→ **Your objective**: Give back exactly the stretch of data below from the line holding "with BuildPart() as" through the line holding "-12.75), (-11.337059831, -15.178642232))", both ends included, and leave the remaining lines out.

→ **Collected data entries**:
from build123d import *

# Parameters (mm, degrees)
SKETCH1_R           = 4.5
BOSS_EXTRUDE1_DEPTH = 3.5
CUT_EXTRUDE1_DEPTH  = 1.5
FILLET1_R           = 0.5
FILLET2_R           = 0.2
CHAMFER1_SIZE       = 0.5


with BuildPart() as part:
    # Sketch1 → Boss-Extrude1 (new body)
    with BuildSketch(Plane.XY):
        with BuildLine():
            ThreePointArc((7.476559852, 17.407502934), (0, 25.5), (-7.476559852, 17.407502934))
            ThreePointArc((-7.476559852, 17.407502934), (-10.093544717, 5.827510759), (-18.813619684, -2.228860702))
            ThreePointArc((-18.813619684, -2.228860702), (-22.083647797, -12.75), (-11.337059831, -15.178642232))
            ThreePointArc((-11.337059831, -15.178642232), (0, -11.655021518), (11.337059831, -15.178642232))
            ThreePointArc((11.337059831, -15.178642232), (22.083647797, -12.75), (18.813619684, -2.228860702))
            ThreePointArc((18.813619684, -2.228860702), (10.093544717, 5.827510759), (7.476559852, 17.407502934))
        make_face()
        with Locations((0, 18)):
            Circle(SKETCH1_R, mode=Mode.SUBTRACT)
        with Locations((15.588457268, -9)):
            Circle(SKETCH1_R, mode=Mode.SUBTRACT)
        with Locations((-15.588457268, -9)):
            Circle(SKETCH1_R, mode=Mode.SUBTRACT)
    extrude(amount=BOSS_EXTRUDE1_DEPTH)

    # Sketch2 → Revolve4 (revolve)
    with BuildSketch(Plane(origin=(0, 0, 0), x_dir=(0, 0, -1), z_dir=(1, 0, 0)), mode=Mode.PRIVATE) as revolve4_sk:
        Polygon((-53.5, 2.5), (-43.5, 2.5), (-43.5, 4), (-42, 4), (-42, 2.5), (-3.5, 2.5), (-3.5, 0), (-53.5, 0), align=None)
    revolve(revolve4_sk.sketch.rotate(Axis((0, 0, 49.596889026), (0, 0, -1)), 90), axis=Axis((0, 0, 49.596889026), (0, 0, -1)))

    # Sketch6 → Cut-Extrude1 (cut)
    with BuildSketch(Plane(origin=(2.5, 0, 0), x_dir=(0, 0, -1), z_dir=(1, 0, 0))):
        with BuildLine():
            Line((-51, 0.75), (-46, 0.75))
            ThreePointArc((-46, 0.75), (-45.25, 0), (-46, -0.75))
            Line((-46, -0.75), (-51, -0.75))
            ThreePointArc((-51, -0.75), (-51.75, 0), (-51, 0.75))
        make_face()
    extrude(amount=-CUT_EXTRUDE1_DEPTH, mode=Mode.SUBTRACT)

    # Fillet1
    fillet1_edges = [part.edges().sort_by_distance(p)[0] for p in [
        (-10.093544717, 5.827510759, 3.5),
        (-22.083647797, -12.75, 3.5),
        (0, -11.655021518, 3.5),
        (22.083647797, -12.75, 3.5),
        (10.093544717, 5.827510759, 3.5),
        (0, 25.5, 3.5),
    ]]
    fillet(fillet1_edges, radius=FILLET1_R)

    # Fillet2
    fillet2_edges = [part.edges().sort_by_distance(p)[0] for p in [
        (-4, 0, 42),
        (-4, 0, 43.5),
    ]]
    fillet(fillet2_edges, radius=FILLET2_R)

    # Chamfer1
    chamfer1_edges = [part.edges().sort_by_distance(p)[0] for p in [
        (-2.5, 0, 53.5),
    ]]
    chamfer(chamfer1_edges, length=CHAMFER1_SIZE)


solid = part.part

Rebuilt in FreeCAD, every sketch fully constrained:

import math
import FreeCAD as App
import Part
import Sketcher


def edges_at(feature, points):
    """Names of the edges that pass closest to the given points."""
    edges = feature.Shape.Edges
    near = lambda p: min(range(len(edges)), key=lambda i: edges[i].distToShape(Part.Vertex(*p))[0])
    return sorted({f"Edge{near(p) + 1}" for p in points})


def add_polygon(sketch, points):
    """Adds a closed chain of lines whose ends are joined by coincident constraints."""
    first, n = sketch.GeometryCount, len(points)
    for a, b in zip(points, points[1:] + points[:1]):
        sketch.addGeometry(Part.LineSegment(App.Vector(*a, 0), App.Vector(*b, 0)), False)
    for i in range(n):
        sketch.addConstraint(Sketcher.Constraint("Coincident", first + i, 2, first + (i + 1) % n, 1))

doc = App.newDocument("Part")
params = doc.addObject("Spreadsheet::Sheet", "Params")
for row, (alias, value) in enumerate([
    ("sketch1_diameter", "9 mm"),
    ("sketch1_radius", "20 mm"),
    ("sketch1_radius2", "7.5 mm"),
    ("pad1_length", "3.5 mm"),
    ("sketch2_height", "10 mm"),
    ("sketch2_height2", "50 mm"),
    ("sketch2_width", "2.5 mm"),
    ("sketch2_width2", "1.5 mm"),
    ("revolution_angle", "360 deg"),
    ("sketch3_height", "5 mm"),
    ("sketch3_radius", "0.75 mm"),
    ("pocket1_length", "1.5 mm"),
    ("fillet_radius", "0.5 mm"),
    ("fillet2_radius", "0.2 mm"),
    ("chamfer_size", "0.5 mm"),
], start=1):
    params.set(f"A{row}", alias)
    params.set(f"B{row}", "=" + value)
    params.setAlias(f"B{row}", alias)

body = doc.addObject("PartDesign::Body", "Body")

# Sketch on XY plane
sketch1 = doc.addObject("Sketcher::SketchObject", "Sketch")
body.addObject(sketch1)
sketch1.AttachmentSupport = (doc.XY_Plane, [""])
sketch1.MapMode = "FlatFace"
sketch1.addGeometry(Part.ArcOfCircle(Part.Circle(App.Vector(0, 18, 0), App.Vector(0, 0, 1), 7.5), math.radians(-4.531066), math.radians(184.531066)), False)
sketch1.addGeometry(Part.ArcOfCircle(Part.Circle(App.Vector(-27.414053, 15.827511, 0), App.Vector(0, 0, 1), 20), math.radians(-64.531066), math.radians(4.531066)), False)
sketch1.addGeometry(Part.ArcOfCircle(Part.Circle(App.Vector(-15.588457, -9, 0), App.Vector(0, 0, 1), 7.5), math.radians(115.468934), math.radians(304.531066)), False)
sketch1.addGeometry(Part.ArcOfCircle(Part.Circle(App.Vector(0, -31.655022, 0), App.Vector(0, 0, 1), 20), math.radians(55.468934), math.radians(124.531066)), False)
sketch1.addGeometry(Part.ArcOfCircle(Part.Circle(App.Vector(15.588457, -9, 0), App.Vector(0, 0, 1), 7.5), math.radians(-124.531066), math.radians(64.531066)), False)
sketch1.addGeometry(Part.ArcOfCircle(Part.Circle(App.Vector(27.414053, 15.827511, 0), App.Vector(0, 0, 1), 20), math.radians(175.468934), math.radians(244.531066)), False)
sketch1.addGeometry(Part.Circle(App.Vector(-15.588457, -9, 0), App.Vector(0, 0, 1), 4.5), False)
sketch1.addGeometry(Part.Circle(App.Vector(15.588457, -9, 0), App.Vector(0, 0, 1), 4.5), False)
sketch1.addGeometry(Part.Circle(App.Vector(0, 18, 0), App.Vector(0, 0, 1), 4.5), False)
sketch1.addConstraint(Sketcher.Constraint("Tangent", 0, 2, 1, 2))
sketch1.addConstraint(Sketcher.Constraint("Tangent", 1, 1, 2, 1))
sketch1.addConstraint(Sketcher.Constraint("Tangent", 2, 2, 3, 2))
sketch1.addConstraint(Sketcher.Constraint("Tangent", 3, 1, 4, 1))
sketch1.addConstraint(Sketcher.Constraint("Tangent", 4, 2, 5, 2))
sketch1.addConstraint(Sketcher.Constraint("Tangent", 5, 1, 0, 1))
sketch1.addConstraint(Sketcher.Constraint("Coincident", 6, 3, 2, 3))
sketch1.addConstraint(Sketcher.Constraint("Coincident", 7, 3, 4, 3))
sketch1.addConstraint(Sketcher.Constraint("Coincident", 8, 3, 0, 3))
sketch1.addConstraint(Sketcher.Constraint("Equal", 0, 2))
sketch1.addConstraint(Sketcher.Constraint("Equal", 1, 3))
sketch1.addConstraint(Sketcher.Constraint("Equal", 2, 4))
sketch1.addConstraint(Sketcher.Constraint("Equal", 3, 5))
sketch1.addConstraint(Sketcher.Constraint("Equal", 6, 7))
sketch1.addConstraint(Sketcher.Constraint("Equal", 7, 8))
sketch1.addConstraint(Sketcher.Constraint("Symmetric", 2, 3, 4, 3, -2))
sketch1.addConstraint(Sketcher.Constraint("PointOnObject", 0, 3, -2))
sketch1.addConstraint(Sketcher.Constraint("Diameter", 6, 9.0))
sketch1.addConstraint(Sketcher.Constraint("Radius", 1, 20.0))
sketch1.addConstraint(Sketcher.Constraint("Radius", 0, 7.5))
sketch1.addConstraint(Sketcher.Constraint("DistanceY", -1, 1, 0, 3, 18.0))
sketch1.addConstraint(Sketcher.Constraint("DistanceY", 2, 3, -1, 1, 9.0))
sketch1.addConstraint(Sketcher.Constraint("DistanceY", -1, 1, 1, 3, 15.827511))
sketch1.setExpression("Constraints[17]", "Params.sketch1_diameter")
sketch1.setExpression("Constraints[18]", "Params.sketch1_radius")
sketch1.setExpression("Constraints[19]", "Params.sketch1_radius2")
pad1 = doc.addObject("PartDesign::Pad", "Pad")
body.addObject(pad1)
pad1.Profile = sketch1
pad1.setExpression("Length", "Params.pad1_length")

# Sketch on YZ plane
sketch2 = doc.addObject("Sketcher::SketchObject", "Sketch001")
body.addObject(sketch2)
sketch2.AttachmentSupport = (doc.YZ_Plane, [""])
sketch2.MapMode = "FlatFace"
add_polygon(sketch2, [(2.5, 43.5), (2.5, 53.5), (0, 53.5), (0, 3.5), (2.5, 3.5), (2.5, 42), (4, 42), (4, 43.5)])  # lines 0-7
sketch2.addConstraint(Sketcher.Constraint("Vertical", 0))
sketch2.addConstraint(Sketcher.Constraint("Horizontal", 1))
sketch2.addConstraint(Sketcher.Constraint("Vertical", 2))
sketch2.addConstraint(Sketcher.Constraint("Horizontal", 3))
sketch2.addConstraint(Sketcher.Constraint("Vertical", 4))
sketch2.addConstraint(Sketcher.Constraint("Horizontal", 5))
sketch2.addConstraint(Sketcher.Constraint("Vertical", 6))
sketch2.addConstraint(Sketcher.Constraint("Horizontal", 7))
sketch2.addConstraint(Sketcher.Constraint("PointOnObject", 1, 2, -2))
sketch2.addConstraint(Sketcher.Constraint("Vertical", 0, 2, 3, 2))
sketch2.addConstraint(Sketcher.Constraint("Equal", 7, 6))
sketch2.addConstraint(Sketcher.Constraint("DistanceY", 0, 1, 0, 2, 10.0))
sketch2.addConstraint(Sketcher.Constraint("DistanceY", 2, 2, 2, 1, 50.0))
sketch2.addConstraint(Sketcher.Constraint("DistanceX", 1, 2, 1, 1, 2.5))
sketch2.addConstraint(Sketcher.Constraint("DistanceX", 5, 1, 5, 2, 1.5))
sketch2.addConstraint(Sketcher.Constraint("DistanceY", -1, 1, 4, 2, 42.0))
sketch2.setExpression("Constraints[19]", "Params.sketch2_height")
sketch2.setExpression("Constraints[20]", "Params.sketch2_height2")
sketch2.setExpression("Constraints[21]", "Params.sketch2_width")
sketch2.setExpression("Constraints[22]", "Params.sketch2_width2")
revolution = doc.addObject("PartDesign::Revolution", "Revolution")
body.addObject(revolution)
revolution.Profile = sketch2
revolution.ReferenceAxis = (sketch2, ["V_Axis"])
revolution.setExpression("Angle", "Params.revolution_angle")

# Sketch on YZ plane
sketch3 = doc.addObject("Sketcher::SketchObject", "Sketch002")
body.addObject(sketch3)
sketch3.AttachmentSupport = (doc.YZ_Plane, [""])
sketch3.MapMode = "FlatFace"
sketch3.AttachmentOffset = App.Placement(App.Vector(0, 0, 2.5), App.Rotation())
sketch3.addGeometry(Part.LineSegment(App.Vector(0.75, 46, 0), App.Vector(0.75, 51, 0)), False)
sketch3.addGeometry(Part.ArcOfCircle(Part.Circle(App.Vector(0, 51, 0), App.Vector(0, 0, 1), 0.75), math.radians(0), math.radians(180)), False)
sketch3.addGeometry(Part.LineSegment(App.Vector(-0.75, 51, 0), App.Vector(-0.75, 46, 0)), False)
sketch3.addGeometry(Part.ArcOfCircle(Part.Circle(App.Vector(0, 46, 0), App.Vector(0, 0, 1), 0.75), math.radians(180), math.radians(360)), False)
sketch3.addConstraint(Sketcher.Constraint("Tangent", 0, 2, 1, 1))
sketch3.addConstraint(Sketcher.Constraint("Tangent", 1, 2, 2, 1))
sketch3.addConstraint(Sketcher.Constraint("Tangent", 2, 2, 3, 1))
sketch3.addConstraint(Sketcher.Constraint("Tangent", 3, 2, 0, 1))
sketch3.addConstraint(Sketcher.Constraint("Vertical", 0))
sketch3.addConstraint(Sketcher.Constraint("Vertical", 2))
sketch3.addConstraint(Sketcher.Constraint("PointOnObject", 1, 3, -2))
sketch3.addConstraint(Sketcher.Constraint("DistanceY", 0, 1, 0, 2, 5.0))
sketch3.addConstraint(Sketcher.Constraint("Radius", 1, 0.75))
sketch3.addConstraint(Sketcher.Constraint("DistanceY", -1, 1, 1, 3, 51.0))
sketch3.setExpression("Constraints[7]", "Params.sketch3_height")
sketch3.setExpression("Constraints[8]", "Params.sketch3_radius")
pocket1 = doc.addObject("PartDesign::Pocket", "Pocket")
body.addObject(pocket1)
pocket1.Profile = sketch3
pocket1.setExpression("Length", "Params.pocket1_length")
doc.recompute()

fillet = doc.addObject("PartDesign::Fillet", "Fillet")
body.addObject(fillet)
fillet.Base = (pocket1, edges_at(pocket1, [
    (-10.094, 5.828, 3.5),
    (-22.084, -12.75, 3.5),
    (0, -11.655, 3.5),
    (22.084, -12.75, 3.5),
    (10.094, 5.828, 3.5),
    (0, 25.5, 3.5),
]))
fillet.setExpression("Radius", "Params.fillet_radius")
doc.recompute()

fillet2 = doc.addObject("PartDesign::Fillet", "Fillet001")
body.addObject(fillet2)
fillet2.Base = (fillet, edges_at(fillet, [(-4, 0, 42), (-4, 0, 43.5)]))
fillet2.setExpression("Radius", "Params.fillet2_radius")
doc.recompute()

chamfer = doc.addObject("PartDesign::Chamfer", "Chamfer")
body.addObject(chamfer)
chamfer.Base = (fillet2, edges_at(fillet2, [(-2.5, 0, 53.5)]))
chamfer.setExpression("Size", "Params.chamfer_size")

doc.recompute()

→ **Answer for this exercise**:
with BuildPart() as part:
    # Sketch1 → Boss-Extrude1 (new body)
    with BuildSketch(Plane.XY):
        with BuildLine():
            ThreePointArc((7.476559852, 17.407502934), (0, 25.5), (-7.476559852, 17.407502934))
            ThreePointArc((-7.476559852, 17.407502934), (-10.093544717, 5.827510759), (-18.813619684, -2.228860702))
            ThreePointArc((-18.813619684, -2.228860702), (-22.083647797, -12.75), (-11.337059831, -15.178642232))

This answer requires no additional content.